Once the idea is established as a viable business, I can accept that as capitalism. (or a social version of it with ownership with government, societies or co-operatives). The question I have is about the infant and toddler stages of this enterprise. This is where Silicon Valley (and its equivalents across the world) come in – the ones who maintain the sandbox. Now this sandbox, we have noted is quite fragile. It is a high risk place. And yet, this is a space where we innovate to grow great futures for all. A place of discovery. A safe space to make mistakes. A place where the sperm of an idea fights to survive against great odds. Is this purely a capitalist endeavour?
Hmmm. yes and no. Some ideas get the support of governments because they are clearly for the greater good. I shall not call them public goods, but we can explore that thought too. Others get the support of investors, even speculators because they are clearly merely commercial. Both will emerge from the spawn pond of ideas, fighting to be seen, to grow, and it is this that is the most vulnerable stage. Without this you do not have the world of startups. This spawn pond is not a pretty sight even as pitch decks build narratives of great glory ahead. We know that this is the start of a very vulnerable journey.
SVB is an episode we shall soon forget, we hope.

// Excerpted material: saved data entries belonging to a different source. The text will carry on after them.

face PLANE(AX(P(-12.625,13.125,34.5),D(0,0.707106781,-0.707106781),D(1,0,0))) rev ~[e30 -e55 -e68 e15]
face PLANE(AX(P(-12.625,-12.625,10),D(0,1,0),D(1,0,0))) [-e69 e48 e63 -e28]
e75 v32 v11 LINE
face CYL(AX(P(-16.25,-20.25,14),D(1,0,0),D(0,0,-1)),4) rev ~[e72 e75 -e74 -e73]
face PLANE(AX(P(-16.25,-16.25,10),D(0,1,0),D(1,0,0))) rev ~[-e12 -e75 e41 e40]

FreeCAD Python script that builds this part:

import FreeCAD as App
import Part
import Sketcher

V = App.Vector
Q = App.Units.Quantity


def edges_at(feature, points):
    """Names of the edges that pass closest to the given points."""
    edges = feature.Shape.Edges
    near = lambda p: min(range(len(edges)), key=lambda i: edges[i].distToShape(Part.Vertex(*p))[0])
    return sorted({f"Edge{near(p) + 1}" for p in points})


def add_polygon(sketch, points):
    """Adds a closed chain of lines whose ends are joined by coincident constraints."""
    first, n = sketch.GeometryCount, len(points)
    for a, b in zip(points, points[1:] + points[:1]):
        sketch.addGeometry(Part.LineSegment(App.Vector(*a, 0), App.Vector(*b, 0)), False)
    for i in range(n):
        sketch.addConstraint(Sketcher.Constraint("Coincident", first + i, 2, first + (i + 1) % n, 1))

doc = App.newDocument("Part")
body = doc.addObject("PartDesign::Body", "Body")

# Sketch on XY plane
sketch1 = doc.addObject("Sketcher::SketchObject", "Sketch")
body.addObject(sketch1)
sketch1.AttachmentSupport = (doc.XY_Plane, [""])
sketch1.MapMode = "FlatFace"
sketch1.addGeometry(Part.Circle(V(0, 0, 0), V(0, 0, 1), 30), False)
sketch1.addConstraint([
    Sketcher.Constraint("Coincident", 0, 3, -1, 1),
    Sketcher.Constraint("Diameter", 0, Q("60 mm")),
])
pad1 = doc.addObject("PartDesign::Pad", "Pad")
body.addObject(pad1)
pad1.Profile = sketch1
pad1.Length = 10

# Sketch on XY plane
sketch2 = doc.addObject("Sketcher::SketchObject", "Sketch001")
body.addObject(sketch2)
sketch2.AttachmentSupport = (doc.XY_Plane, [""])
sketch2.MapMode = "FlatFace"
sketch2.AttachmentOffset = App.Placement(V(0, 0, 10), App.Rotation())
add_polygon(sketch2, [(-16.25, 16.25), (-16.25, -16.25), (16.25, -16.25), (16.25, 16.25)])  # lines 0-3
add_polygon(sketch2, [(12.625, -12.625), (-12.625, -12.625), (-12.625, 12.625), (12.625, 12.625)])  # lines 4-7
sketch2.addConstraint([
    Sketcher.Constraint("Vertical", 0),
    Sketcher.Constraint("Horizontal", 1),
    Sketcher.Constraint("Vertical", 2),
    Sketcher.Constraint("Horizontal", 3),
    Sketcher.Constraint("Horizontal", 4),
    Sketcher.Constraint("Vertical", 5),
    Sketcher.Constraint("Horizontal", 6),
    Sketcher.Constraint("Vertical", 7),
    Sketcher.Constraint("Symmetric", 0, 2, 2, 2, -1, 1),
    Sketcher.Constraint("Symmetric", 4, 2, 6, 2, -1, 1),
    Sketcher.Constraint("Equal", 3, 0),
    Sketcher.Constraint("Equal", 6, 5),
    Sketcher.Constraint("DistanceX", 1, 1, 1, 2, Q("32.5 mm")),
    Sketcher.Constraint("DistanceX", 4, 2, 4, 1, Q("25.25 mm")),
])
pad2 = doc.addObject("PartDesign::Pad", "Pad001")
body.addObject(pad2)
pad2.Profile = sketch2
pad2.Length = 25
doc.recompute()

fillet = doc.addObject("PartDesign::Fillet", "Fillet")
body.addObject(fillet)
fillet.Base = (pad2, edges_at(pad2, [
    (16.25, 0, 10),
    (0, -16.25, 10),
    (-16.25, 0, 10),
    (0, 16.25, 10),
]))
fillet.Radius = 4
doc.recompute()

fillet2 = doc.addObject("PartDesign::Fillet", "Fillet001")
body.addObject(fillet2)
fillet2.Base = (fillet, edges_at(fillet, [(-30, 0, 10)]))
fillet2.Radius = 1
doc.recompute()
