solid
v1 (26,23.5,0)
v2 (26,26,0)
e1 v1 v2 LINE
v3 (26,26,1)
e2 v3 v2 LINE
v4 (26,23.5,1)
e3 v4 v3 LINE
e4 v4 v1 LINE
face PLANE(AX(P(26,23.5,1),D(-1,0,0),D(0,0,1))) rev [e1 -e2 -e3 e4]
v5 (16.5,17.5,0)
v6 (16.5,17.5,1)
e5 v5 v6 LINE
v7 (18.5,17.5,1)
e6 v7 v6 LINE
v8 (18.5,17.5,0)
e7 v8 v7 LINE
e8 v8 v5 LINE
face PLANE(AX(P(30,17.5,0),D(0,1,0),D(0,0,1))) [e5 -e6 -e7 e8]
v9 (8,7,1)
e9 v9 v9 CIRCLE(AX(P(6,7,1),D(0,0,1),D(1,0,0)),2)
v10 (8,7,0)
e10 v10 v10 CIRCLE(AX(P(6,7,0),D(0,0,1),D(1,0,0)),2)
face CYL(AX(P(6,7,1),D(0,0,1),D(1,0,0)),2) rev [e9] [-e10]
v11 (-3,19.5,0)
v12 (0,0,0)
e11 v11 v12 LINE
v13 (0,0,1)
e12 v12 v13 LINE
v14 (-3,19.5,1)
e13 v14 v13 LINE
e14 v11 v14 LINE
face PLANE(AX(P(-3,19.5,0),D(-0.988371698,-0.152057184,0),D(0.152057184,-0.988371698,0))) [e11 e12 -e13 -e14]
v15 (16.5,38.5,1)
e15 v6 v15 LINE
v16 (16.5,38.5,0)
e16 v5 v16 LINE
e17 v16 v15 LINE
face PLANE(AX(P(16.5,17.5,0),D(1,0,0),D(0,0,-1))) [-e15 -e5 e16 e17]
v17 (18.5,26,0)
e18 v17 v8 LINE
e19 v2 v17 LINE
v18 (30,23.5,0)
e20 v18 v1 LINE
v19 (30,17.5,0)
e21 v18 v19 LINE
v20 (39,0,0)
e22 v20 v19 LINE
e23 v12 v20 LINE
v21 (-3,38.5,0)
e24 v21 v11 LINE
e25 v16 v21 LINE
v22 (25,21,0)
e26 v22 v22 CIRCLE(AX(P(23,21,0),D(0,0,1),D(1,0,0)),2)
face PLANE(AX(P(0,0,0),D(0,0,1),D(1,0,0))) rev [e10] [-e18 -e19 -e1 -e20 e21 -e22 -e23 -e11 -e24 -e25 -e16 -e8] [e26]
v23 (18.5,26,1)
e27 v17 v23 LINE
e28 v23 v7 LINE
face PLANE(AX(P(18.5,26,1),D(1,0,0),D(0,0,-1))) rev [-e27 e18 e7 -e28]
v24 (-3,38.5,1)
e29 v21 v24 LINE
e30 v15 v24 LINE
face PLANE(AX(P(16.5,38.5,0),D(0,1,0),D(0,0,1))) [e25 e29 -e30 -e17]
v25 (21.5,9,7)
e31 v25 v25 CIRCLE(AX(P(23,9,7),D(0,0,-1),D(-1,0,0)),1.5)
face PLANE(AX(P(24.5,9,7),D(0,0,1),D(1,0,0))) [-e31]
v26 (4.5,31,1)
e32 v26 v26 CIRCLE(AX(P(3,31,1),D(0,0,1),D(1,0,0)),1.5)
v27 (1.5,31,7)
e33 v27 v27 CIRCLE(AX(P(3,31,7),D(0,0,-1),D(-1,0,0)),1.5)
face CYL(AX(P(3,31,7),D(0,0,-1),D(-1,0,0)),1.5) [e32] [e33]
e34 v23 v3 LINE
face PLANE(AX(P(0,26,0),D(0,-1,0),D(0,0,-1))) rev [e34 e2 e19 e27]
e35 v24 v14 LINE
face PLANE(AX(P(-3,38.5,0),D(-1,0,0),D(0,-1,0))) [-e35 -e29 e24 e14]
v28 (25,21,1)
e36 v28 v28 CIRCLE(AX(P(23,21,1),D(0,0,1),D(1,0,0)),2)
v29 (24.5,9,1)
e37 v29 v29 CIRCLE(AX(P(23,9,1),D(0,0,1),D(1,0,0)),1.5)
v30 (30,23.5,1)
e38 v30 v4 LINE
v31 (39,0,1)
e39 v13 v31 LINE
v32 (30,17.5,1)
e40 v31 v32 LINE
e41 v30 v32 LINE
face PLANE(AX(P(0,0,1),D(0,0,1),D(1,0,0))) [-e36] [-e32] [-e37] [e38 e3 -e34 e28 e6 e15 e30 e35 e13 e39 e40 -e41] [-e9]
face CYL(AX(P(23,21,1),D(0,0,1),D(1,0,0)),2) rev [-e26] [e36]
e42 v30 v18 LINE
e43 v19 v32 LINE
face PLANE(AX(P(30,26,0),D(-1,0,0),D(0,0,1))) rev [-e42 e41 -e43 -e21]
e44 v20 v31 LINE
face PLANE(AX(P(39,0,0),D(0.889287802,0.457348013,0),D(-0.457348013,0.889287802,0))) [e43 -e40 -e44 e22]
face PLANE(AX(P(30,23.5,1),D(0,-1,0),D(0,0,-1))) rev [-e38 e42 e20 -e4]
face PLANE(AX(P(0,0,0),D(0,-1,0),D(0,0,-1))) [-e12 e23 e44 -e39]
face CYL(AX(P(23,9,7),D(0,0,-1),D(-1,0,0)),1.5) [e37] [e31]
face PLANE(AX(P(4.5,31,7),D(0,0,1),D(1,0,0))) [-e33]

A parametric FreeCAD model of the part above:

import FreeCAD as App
import Part
import Sketcher
from FreeCAD import Vector
Q = App.Units.Quantity

doc = App.newDocument("Part")
params = doc.addObject("Spreadsheet::Sheet", "Params")
for row, (alias, value) in enumerate([
    ("sketch1_width", "39 mm"),
    ("sketch1_height", "21 mm"),
    ("sketch1_height2", "19 mm"),
    ("sketch1_width2", "13.5 mm"),
    ("sketch1_width3", "19.5 mm"),
    ("pad1_length", "1 mm"),
    ("sketch2_height", "1 mm"),
    ("sketch2_width", "11.5 mm"),
    ("pad2_length", "8.5 mm"),
    ("sketch3_width", "4 mm"),
    ("sketch3_height", "2.5 mm"),
    ("sketch4_height", "6 mm"),
    ("sketch4_width", "1.5 mm"),
    ("revolution_angle", "360 deg"),
    ("sketch5_height", "6 mm"),
    ("sketch5_width", "1.5 mm"),
    ("revolution2_angle", "360 deg"),
    ("sketch6_diameter", "4 mm"),
    ("hole_diameter", "4 mm"),
], start=1):
    params.set(f"A{row}", alias)
    params.set(f"B{row}", "=" + value)
    params.setAlias(f"B{row}", alias)

body = doc.addObject("PartDesign::Body", "Body")

sketch1 = body.newObject("Sketcher::SketchObject", "Sketch")
sketch1.AttachmentSupport = (doc.getObject("XY_Plane"), [""])
sketch1.MapMode = "FlatFace"
sketch1.AttachmentOffset = App.Placement(Vector(0, 0, 1), App.Rotation())
sketch1.addGeometry(Part.LineSegment(Vector(39, 0, 0), Vector(30, 18, 0)), False)
sketch1.addGeometry(Part.LineSegment(Vector(30, 18, 0), Vector(16, 18, 0)), False)
sketch1.addGeometry(Part.LineSegment(Vector(16, 18, 0), Vector(16, 38, 0)), False)
sketch1.addGeometry(Part.LineSegment(Vector(16, 38, 0), Vector(-3, 38, 0)), False)
sketch1.addGeometry(Part.LineSegment(Vector(-3, 38, 0), Vector(-3, 20, 0)), False)
sketch1.addGeometry(Part.LineSegment(Vector(-3, 20, 0), Vector(0, 0, 0)), False)
sketch1.addGeometry(Part.LineSegment(Vector(0, 0, 0), Vector(39, 0, 0)), False)
sketch1.addConstraint(Sketcher.Constraint("Coincident", 0, 2, 1, 1))
sketch1.addConstraint(Sketcher.Constraint("Coincident", 1, 2, 2, 1))
sketch1.addConstraint(Sketcher.Constraint("Coincident", 2, 2, 3, 1))
sketch1.addConstraint(Sketcher.Constraint("Coincident", 3, 2, 4, 1))
sketch1.addConstraint(Sketcher.Constraint("Coincident", 4, 2, 5, 1))
sketch1.addConstraint(Sketcher.Constraint("Coincident", 5, 2, 6, 1))
sketch1.addConstraint(Sketcher.Constraint("Coincident", 6, 2, 0, 1))
sketch1.addConstraint(Sketcher.Constraint("Horizontal", 1))
sketch1.addConstraint(Sketcher.Constraint("Vertical", 2))
sketch1.addConstraint(Sketcher.Constraint("Horizontal", 3))
sketch1.addConstraint(Sketcher.Constraint("Vertical", 4))
sketch1.addConstraint(Sketcher.Constraint("Horizontal", 6))
sketch1.addConstraint(Sketcher.Constraint("Coincident", 5, 2, -1, 1))
sketch1.addConstraint(Sketcher.Constraint("DistanceX", 6, 1, 6, 2, Q("39 mm")))
sketch1.addConstraint(Sketcher.Constraint("DistanceY", 2, 1, 2, 2, Q("21 mm")))
sketch1.addConstraint(Sketcher.Constraint("DistanceY", 4, 2, 4, 1, Q("19 mm")))
sketch1.addConstraint(Sketcher.Constraint("DistanceX", 1, 2, 1, 1, Q("13.5 mm")))
sketch1.addConstraint(Sketcher.Constraint("DistanceX", 3, 2, 3, 1, Q("19.5 mm")))
sketch1.addConstraint(Sketcher.Constraint("DistanceX", -1, 1, 0, 2, Q("30 mm")))
sketch1.addConstraint(Sketcher.Constraint("DistanceY", -1, 1, 0, 2, Q("17.5 mm")))
sketch1.setExpression("Constraints[13]", "Params.sketch1_width")
sketch1.setExpression("Constraints[14]", "Params.sketch1_height")
sketch1.setExpression("Constraints[15]", "Params.sketch1_height2")
sketch1.setExpression("Constraints[16]", "Params.sketch1_width2")
sketch1.setExpression("Constraints[17]", "Params.sketch1_width3")
pad1 = body.newObject("PartDesign::Pad", "Pad")
pad1.Profile = sketch1
pad1.setExpression("Length", "Params.pad1_length")
pad1.Reversed = True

Just in time for Monday morning, the Fed has announced a support package for depositors. We hope it will be enough to calm the run on the bank. Sure, they were stupid to allow a duration mismatch – they were smart people surely, but the smartest of us get caught out with bad timing sometimes. The bank was not big enough to be considered too big to fail – and enough people out there will agree that as a pure capitalistic enterprise it could really be allowed to fail. That’s how it works – the strong win, the weak fail. Brutal, eh? Yeah.
I am not even going to argue about the unfairness of saving the big guys and letting the small guys fail. Small regional banks are not different in principle, and the contagion effect of big banks seems almost like a position where they can blackmail their way to support in ways that small guys cannot. That is an argument for another day and another person. I’m also not going into the duration mismatch, though as an ex investment banker I am wondering at how this was allowed to happen – what were the bank’s treasury and risk officers doing! Sure mistakes like this have a cost – and I have no comments to offer on the individual case of this bank being saved or allowed to fall.
But I do have a question about saving the ugly but critical spawn pond. The ones who support the pond where ideas that will build are future are valuable to us as a people and as a civilisation. These spawn ponds, or valleys – silicon or otherwise, need to be protected. Like the bees, their survival is a part of our evolutionary story. The ones who fund them will be vulnerable sometimes too. And for the sakes of our future, these should be reinsured better than they currently are-as this episode shows. A Federal reinsurance agency (and equivalents in all countries that have a strong start up culture) that supports the unique risk profile of those who fund this playground where ideas are nurtured, given a sandbox to play in and allowed to grow. This is how we as a society enable our inventors and innovators in their journey of discovery.